The questions of how we know what we know or how we deem what we know as "knowledge"  have formed a core part of epistemology - the philosophical branch concerned with the nature and origin of knowledge. More than that, these questions have found their way into several other disciplines and research fields, including effective altruism. 

The core principles of EA involve making decisions and taking actions based on the best available evidence and reasoning in order to do the most good. This directly ties into epistemology and the questions of how we know what we know, because effective altruists need to ensure that their knowledge about what actions are most effective is well-founded, true, and justified. 

The tripartite theory of knowledge was initially introduced by the ancient Greek philosopher Plato, and is now a fundamental idea in philosophy. The theory creates a framework of conditions that must be met in order for something to be classified as "knowledge", and for someone to truly "know" something.

Belief - Truth - Justification

The three conditions of the tripartite theory of knowledge are as follows: belief, truth, and justification. 

  1. Belief: You must genuinely believe the proposition.
  2. Truth: The proposition must correspond to reality.
  3. Justification: There must be solid evidence or reasons supporting the belief.

To illustrate how these conditions lead us to the knowledge of something, I will be using an example in the context of effective altruism. For instance, suppose you believe that Charity A effectively reduces malaria in a specific region. To know this, the three criteria must be met. 

  1. Belief: You must genuinely believe that Charity A effectively reduces malaria
  2. Truth: This belief must correspond to reality - meaning that Charity A must actually be effective in reducing malaria
  3. Justification: Your belief must be supported by solid evidence such as data from trials showing a significant reduction in malaria cases due to the intervention of the charity, independent evaluations, or expert health testimonies that can attest to the positive impact that the charity's work has had. 

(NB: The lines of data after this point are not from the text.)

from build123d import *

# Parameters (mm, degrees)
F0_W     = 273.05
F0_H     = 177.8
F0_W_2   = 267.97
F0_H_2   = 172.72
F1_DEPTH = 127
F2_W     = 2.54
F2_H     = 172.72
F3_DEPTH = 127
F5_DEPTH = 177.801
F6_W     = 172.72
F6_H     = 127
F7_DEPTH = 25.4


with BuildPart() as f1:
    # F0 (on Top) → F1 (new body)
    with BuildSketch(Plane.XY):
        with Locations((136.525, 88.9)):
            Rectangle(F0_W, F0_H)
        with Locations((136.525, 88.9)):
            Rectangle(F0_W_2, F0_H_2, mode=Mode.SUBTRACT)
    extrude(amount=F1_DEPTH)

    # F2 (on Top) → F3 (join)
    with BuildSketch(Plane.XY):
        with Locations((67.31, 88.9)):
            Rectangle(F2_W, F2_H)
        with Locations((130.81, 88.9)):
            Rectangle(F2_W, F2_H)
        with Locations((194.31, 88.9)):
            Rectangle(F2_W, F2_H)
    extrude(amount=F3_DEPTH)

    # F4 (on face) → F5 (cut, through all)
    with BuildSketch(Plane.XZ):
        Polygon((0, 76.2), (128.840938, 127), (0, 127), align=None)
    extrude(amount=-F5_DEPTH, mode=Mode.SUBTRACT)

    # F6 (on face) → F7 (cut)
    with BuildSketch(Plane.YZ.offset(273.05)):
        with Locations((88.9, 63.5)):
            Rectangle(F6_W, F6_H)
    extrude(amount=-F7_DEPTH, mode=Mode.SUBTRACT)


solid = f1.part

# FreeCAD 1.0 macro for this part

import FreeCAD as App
import Part
import Sketcher
Q = App.Units.Quantity

doc = App.newDocument("Part")
body = doc.addObject("PartDesign::Body", "Body")

# Sketch on XY plane
sketch1 = body.newObject("Sketcher::SketchObject", "Sketch")
sketch1.AttachmentSupport = (doc.getObject("XY_Plane"), [""])
sketch1.MapMode = "FlatFace"
sketch1.addGeometry(Part.LineSegment(App.Vector(0, 177.8, 0), App.Vector(0, 0, 0)), False)
sketch1.addGeometry(Part.LineSegment(App.Vector(0, 0, 0), App.Vector(273.05, 0, 0)), False)
sketch1.addGeometry(Part.LineSegment(App.Vector(273.05, 0, 0), App.Vector(273.05, 177.8, 0)), False)
sketch1.addGeometry(Part.LineSegment(App.Vector(273.05, 177.8, 0), App.Vector(0, 177.8, 0)), False)
sketch1.addGeometry(Part.LineSegment(App.Vector(270.51, 2.54, 0), App.Vector(2.54, 2.54, 0)), False)
sketch1.addGeometry(Part.LineSegment(App.Vector(2.54, 2.54, 0), App.Vector(2.54, 175.26, 0)), False)
sketch1.addGeometry(Part.LineSegment(App.Vector(2.54, 175.26, 0), App.Vector(270.51, 175.26, 0)), False)
sketch1.addGeometry(Part.LineSegment(App.Vector(270.51, 175.26, 0), App.Vector(270.51, 2.54, 0)), False)
sketch1.addConstraint(Sketcher.Constraint("Coincident", 0, 2, 1, 1))
sketch1.addConstraint(Sketcher.Constraint("Coincident", 1, 2, 2, 1))
sketch1.addConstraint(Sketcher.Constraint("Coincident", 2, 2, 3, 1))
sketch1.addConstraint(Sketcher.Constraint("Coincident", 3, 2, 0, 1))
sketch1.addConstraint(Sketcher.Constraint("Coincident", 4, 2, 5, 1))
sketch1.addConstraint(Sketcher.Constraint("Coincident", 5, 2, 6, 1))
sketch1.addConstraint(Sketcher.Constraint("Coincident", 6, 2, 7, 1))
sketch1.addConstraint(Sketcher.Constraint("Coincident", 7, 2, 4, 1))
sketch1.addConstraint(Sketcher.Constraint("Vertical", 0))
sketch1.addConstraint(Sketcher.Constraint("Horizontal", 1))
sketch1.addConstraint(Sketcher.Constraint("Vertical", 2))
sketch1.addConstraint(Sketcher.Constraint("Horizontal", 3))
sketch1.addConstraint(Sketcher.Constraint("Horizontal", 4))
sketch1.addConstraint(Sketcher.Constraint("Vertical", 5))
sketch1.addConstraint(Sketcher.Constraint("Horizontal", 6))
sketch1.addConstraint(Sketcher.Constraint("Vertical", 7))
sketch1.addConstraint(Sketcher.Constraint("Coincident", 0, 2, -1, 1))
sketch1.addConstraint(Sketcher.Constraint("DistanceY", 0, 2, 0, 1, Q("7 in")))
sketch1.addConstraint(Sketcher.Constraint("DistanceY", 5, 1, 5, 2, Q("6.8 in")))
sketch1.addConstraint(Sketcher.Constraint("DistanceX", 1, 1, 1, 2, Q("10.75 in")))
sketch1.addConstraint(Sketcher.Constraint("DistanceX", 4, 2, 4, 1, Q("10.55 in")))
sketch1.addConstraint(Sketcher.Constraint("DistanceX", -1, 1, 4, 2, Q("0.1 in")))
sketch1.addConstraint(Sketcher.Constraint("DistanceY", -1, 1, 4, 2, Q("0.1 in")))
pad1 = body.newObject("PartDesign::Pad", "Pad")
pad1.Profile = sketch1
pad1.Length = Q("5 in")

# Sketch on XY plane
sketch2 = body.newObject("Sketcher::SketchObject", "Sketch001")
sketch2.AttachmentSupport = (doc.getObject("XY_Plane"), [""])
sketch2.MapMode = "FlatFace"
sketch2.addGeometry(Part.LineSegment(App.Vector(66.04, 175.26, 0), App.Vector(66.04, 2.54, 0)), False)
sketch2.addGeometry(Part.LineSegment(App.Vector(66.04, 2.54, 0), App.Vector(68.58, 2.54, 0)), False)
sketch2.addGeometry(Part.LineSegment(App.Vector(68.58, 2.54, 0), App.Vector(68.58, 175.26, 0)), False)
sketch2.addGeometry(Part.LineSegment(App.Vector(68.58, 175.26, 0), App.Vector(66.04, 175.26, 0)), False)
sketch2.addGeometry(Part.LineSegment(App.Vector(129.54, 175.26, 0), App.Vector(129.54, 2.54, 0)), False)
sketch2.addGeometry(Part.LineSegment(App.Vector(129.54, 2.54, 0), App.Vector(132.08, 2.54, 0)), False)
sketch2.addGeometry(Part.LineSegment(App.Vector(132.08, 2.54, 0), App.Vector(132.08, 175.26, 0)), False)
sketch2.addGeometry(Part.LineSegment(App.Vector(132.08, 175.26, 0), App.Vector(129.54, 175.26, 0)), False)
sketch2.addGeometry(Part.LineSegment(App.Vector(193.04, 175.26, 0), App.Vector(193.04, 2.54, 0)), False)
sketch2.addGeometry(Part.LineSegment(App.Vector(193.04, 2.54, 0), App.Vector(195.58, 2.54, 0)), False)
sketch2.addGeometry(Part.LineSegment(App.Vector(195.58, 2.54, 0), App.Vector(195.58, 175.26, 0)), False)
sketch2.addGeometry(Part.LineSegment(App.Vector(195.58, 175.26, 0), App.Vector(193.04, 175.26, 0)), False)
sketch2.addConstraint(Sketcher.Constraint("Coincident", 0, 2, 1, 1))
sketch2.addConstraint(Sketcher.Constraint("Coincident", 1, 2, 2, 1))
sketch2.addConstraint(Sketcher.Constraint("Coincident", 2, 2, 3, 1))
sketch2.addConstraint(Sketcher.Constraint("Coincident", 3, 2, 0, 1))
sketch2.addConstraint(Sketcher.Constraint("Coincident", 4, 2, 5, 1))
sketch2.addConstraint(Sketcher.Constraint("Coincident", 5, 2, 6, 1))
sketch2.addConstraint(Sketcher.Constraint("Coincident", 6, 2, 7, 1))
sketch2.addConstraint(Sketcher.Constraint("Coincident", 7, 2, 4, 1))
sketch2.addConstraint(Sketcher.Constraint("Coincident", 8, 2, 9, 1))
sketch2.addConstraint(Sketcher.Constraint("Coincident", 9, 2, 10, 1))
sketch2.addConstraint(Sketcher.Constraint("Coincident", 10, 2, 11, 1))
sketch2.addConstraint(Sketcher.Constraint("Coincident", 11, 2, 8, 1))
sketch2.addConstraint(Sketcher.Constraint("Vertical", 0))
sketch2.addConstraint(Sketcher.Constraint("Horizontal", 1))
sketch2.addConstraint(Sketcher.Constraint("Vertical", 2))
sketch2.addConstraint(Sketcher.Constraint("Horizontal", 3))
sketch2.addConstraint(Sketcher.Constraint("Vertical", 4))
sketch2.addConstraint(Sketcher.Constraint("Horizontal", 5))
sketch2.addConstraint(Sketcher.Constraint("Vertical", 6))
sketch2.addConstraint(Sketcher.Constraint("Horizontal", 7))
sketch2.addConstraint(Sketcher.Constraint("Vertical", 8))
sketch2.addConstraint(Sketcher.Constraint("Horizontal", 9))
sketch2.addConstraint(Sketcher.Constraint("Vertical", 10))
sketch2.addConstraint(Sketcher.Constraint("Horizontal", 11))
sketch2.addConstraint(Sketcher.Constraint("Horizontal", 1, 2, 4, 2))
sketch2.addConstraint(Sketcher.Constraint("Horizontal", 3, 2, 6, 2))
sketch2.addConstraint(Sketcher.Constraint("Horizontal", 5, 2, 8, 2))
sketch2.addConstraint(Sketcher.Constraint("Horizontal", 7, 2, 10, 2))
sketch2.addConstraint(Sketcher.Constraint("Equal", 3, 5))
sketch2.addConstraint(Sketcher.Constraint("Equal", 7, 9))
sketch2.addConstraint(Sketcher.Constraint("DistanceX", 1, 1, 1, 2, Q("0.1 in")))
sketch2.addConstraint(Sketcher.Constraint("DistanceY", 0, 2, 0, 1, Q("6.8 in")))
sketch2.addConstraint(Sketcher.Constraint("DistanceX", 0, 2, 8, 2, Q("5 in")))
sketch2.addConstraint(Sketcher.Constraint("DistanceX", -1, 1, 0, 2, Q("2.6 in")))
sketch2.addConstraint(Sketcher.Constraint("DistanceY", -1, 1, 0, 2, Q("0.1 in")))
sketch2.addConstraint(Sketcher.Constraint("DistanceX", -1, 1, 4, 2, Q("5.1 in")))
pad2 = body.newObject("PartDesign::Pad", "Pad001")
pad2.Profile = sketch2
pad2.Length = Q("5 in")

# Sketch on XZ plane
sketch3 = body.newObject("Sketcher::SketchObject", "Sketch002")
sketch3.AttachmentSupport = (doc.getObject("XZ_Plane"), [""])
sketch3.MapMode = "FlatFace"
sketch3.addGeometry(Part.LineSegment(App.Vector(0, 76.2, 0), App.Vector(128.840938, 127, 0)), False)
sketch3.addGeometry(Part.LineSegment(App.Vector(128.840938, 127, 0), App.Vector(0, 127, 0)), False)
sketch3.addGeometry(Part.LineSegment(App.Vector(0, 127, 0), App.Vector(0, 76.2, 0)), False)
sketch3.addConstraint(Sketcher.Constraint("Coincident", 0, 2, 1, 1))
sketch3.addConstraint(Sketcher.Constraint("Coincident", 1, 2, 2, 1))
sketch3.addConstraint(Sketcher.Constraint("Coincident", 2, 2, 0, 1))
sketch3.addConstraint(Sketcher.Constraint("Horizontal", 1))
sketch3.addConstraint(Sketcher.Constraint("Vertical", 2))
sketch3.addConstraint(Sketcher.Constraint("PointOnObject", 1, 2, -2))
sketch3.addConstraint(Sketcher.Constraint("DistanceY", 2, 2, 2, 1, Q("2 in")))
sketch3.addConstraint(Sketcher.Constraint("DistanceY", -1, 1, 0, 2, Q("5 in")))
sketch3.addConstraint(Sketcher.Constraint("DistanceX", 1, 2, 1, 1, Q("128.840938 mm")))
pocket1 = body.newObject("PartDesign::Pocket", "Pocket")
pocket1.Profile = sketch3
pocket1.Type = "ThroughAll"

# Sketch on YZ plane
sketch4 = body.newObject("Sketcher::SketchObject", "Sketch003")
sketch4.AttachmentSupport = (doc.getObject("YZ_Plane"), [""])
sketch4.MapMode = "FlatFace"
sketch4.AttachmentOffset = App.Placement(App.Vector(0, 0, 10.75 * 25.4), App.Rotation())
sketch4.addGeometry(Part.LineSegment(App.Vector(2.54, 127, 0), App.Vector(2.54, 0, 0)), False)
sketch4.addGeometry(Part.LineSegment(App.Vector(2.54, 0, 0), App.Vector(175.26, 0, 0)), False)
sketch4.addGeometry(Part.LineSegment(App.Vector(175.26, 0, 0), App.Vector(175.26, 127, 0)), False)
sketch4.addGeometry(Part.LineSegment(App.Vector(175.26, 127, 0), App.Vector(2.54, 127, 0)), False)
sketch4.addConstraint(Sketcher.Constraint("Coincident", 0, 2, 1, 1))
sketch4.addConstraint(Sketcher.Constraint("Coincident", 1, 2, 2, 1))
sketch4.addConstraint(Sketcher.Constraint("Coincident", 2, 2, 3, 1))
sketch4.addConstraint(Sketcher.Constraint("Coincident", 3, 2, 0, 1))
sketch4.addConstraint(Sketcher.Constraint("Vertical", 0))
sketch4.addConstraint(Sketcher.Constraint("Horizontal", 1))
sketch4.addConstraint(Sketcher.Constraint("Vertical", 2))
sketch4.addConstraint(Sketcher.Constraint("Horizontal", 3))
sketch4.addConstraint(Sketcher.Constraint("PointOnObject", 0, 2, -1))
sketch4.addConstraint(Sketcher.Constraint("DistanceY", 0, 2, 0, 1, Q("5 in")))
sketch4.addConstraint(Sketcher.Constraint("DistanceX", 1, 1, 1, 2, Q("6.8 in")))
sketch4.addConstraint(Sketcher.Constraint("DistanceX", -1, 1, 0, 2, Q("0.1 in")))
pocket2 = body.newObject("PartDesign::Pocket", "Pocket001")
pocket2.Profile = sketch4
pocket2.Length = Q("1 in")

doc.recompute()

For example, you might come across a reputable report stating that Charity A has reduced malaria incidence by 50% in the region over the past year. You also see data from health organizations corroborating these findings. Moreover, personal accounts from those in the affected areas might confirm the positive changes. With this evidence, your belief is not only true but also justified, fulfilling the tripartite theory's criteria. Thus, you can confidently claim to know that Charity A is effectively reducing malaria in the region - which also ensures that your support and donations are well-placed. 

According to the tripartite theory of knowledge, false beliefs or justifications do not constitute knowledge. For example, suppose you believe that Charity A effectively reduces malaria based on a report you read. If the data in the report were inaccurate or fabricated, your justification for believing in the charity's effectiveness would be false, meaning it does not count as knowledge. Similarly, if Charity A's interventions turned out to be ineffective despite your belief, this belief would not constitute knowledge, as genuine knowledge cannot be based on falsehoods.

Limitations of the Tripartite Theory of Knowledge 

Gettier Cases

While the tripartite theory of knowledge was widely accepted, the philosopher Edmund Gettier identified exceptions to the theory that a justified true belief always equates to knowledge, known as Gettier cases. A very common Gettier Case example is the stopped clock scenario. Suppose you look at a clock that shows 3 PM and form the belief that it is 3 PM. If the clock is actually stopped but coincidentally shows the correct time, your belief is true and justified, but it seems incorrect to say you "know" the time because the justification is flawed, but at the same time it is not necessarily false.

 

In addition, there can be further limitations identified from the tripartite theory of knowledge, a couple of which I have listed down below.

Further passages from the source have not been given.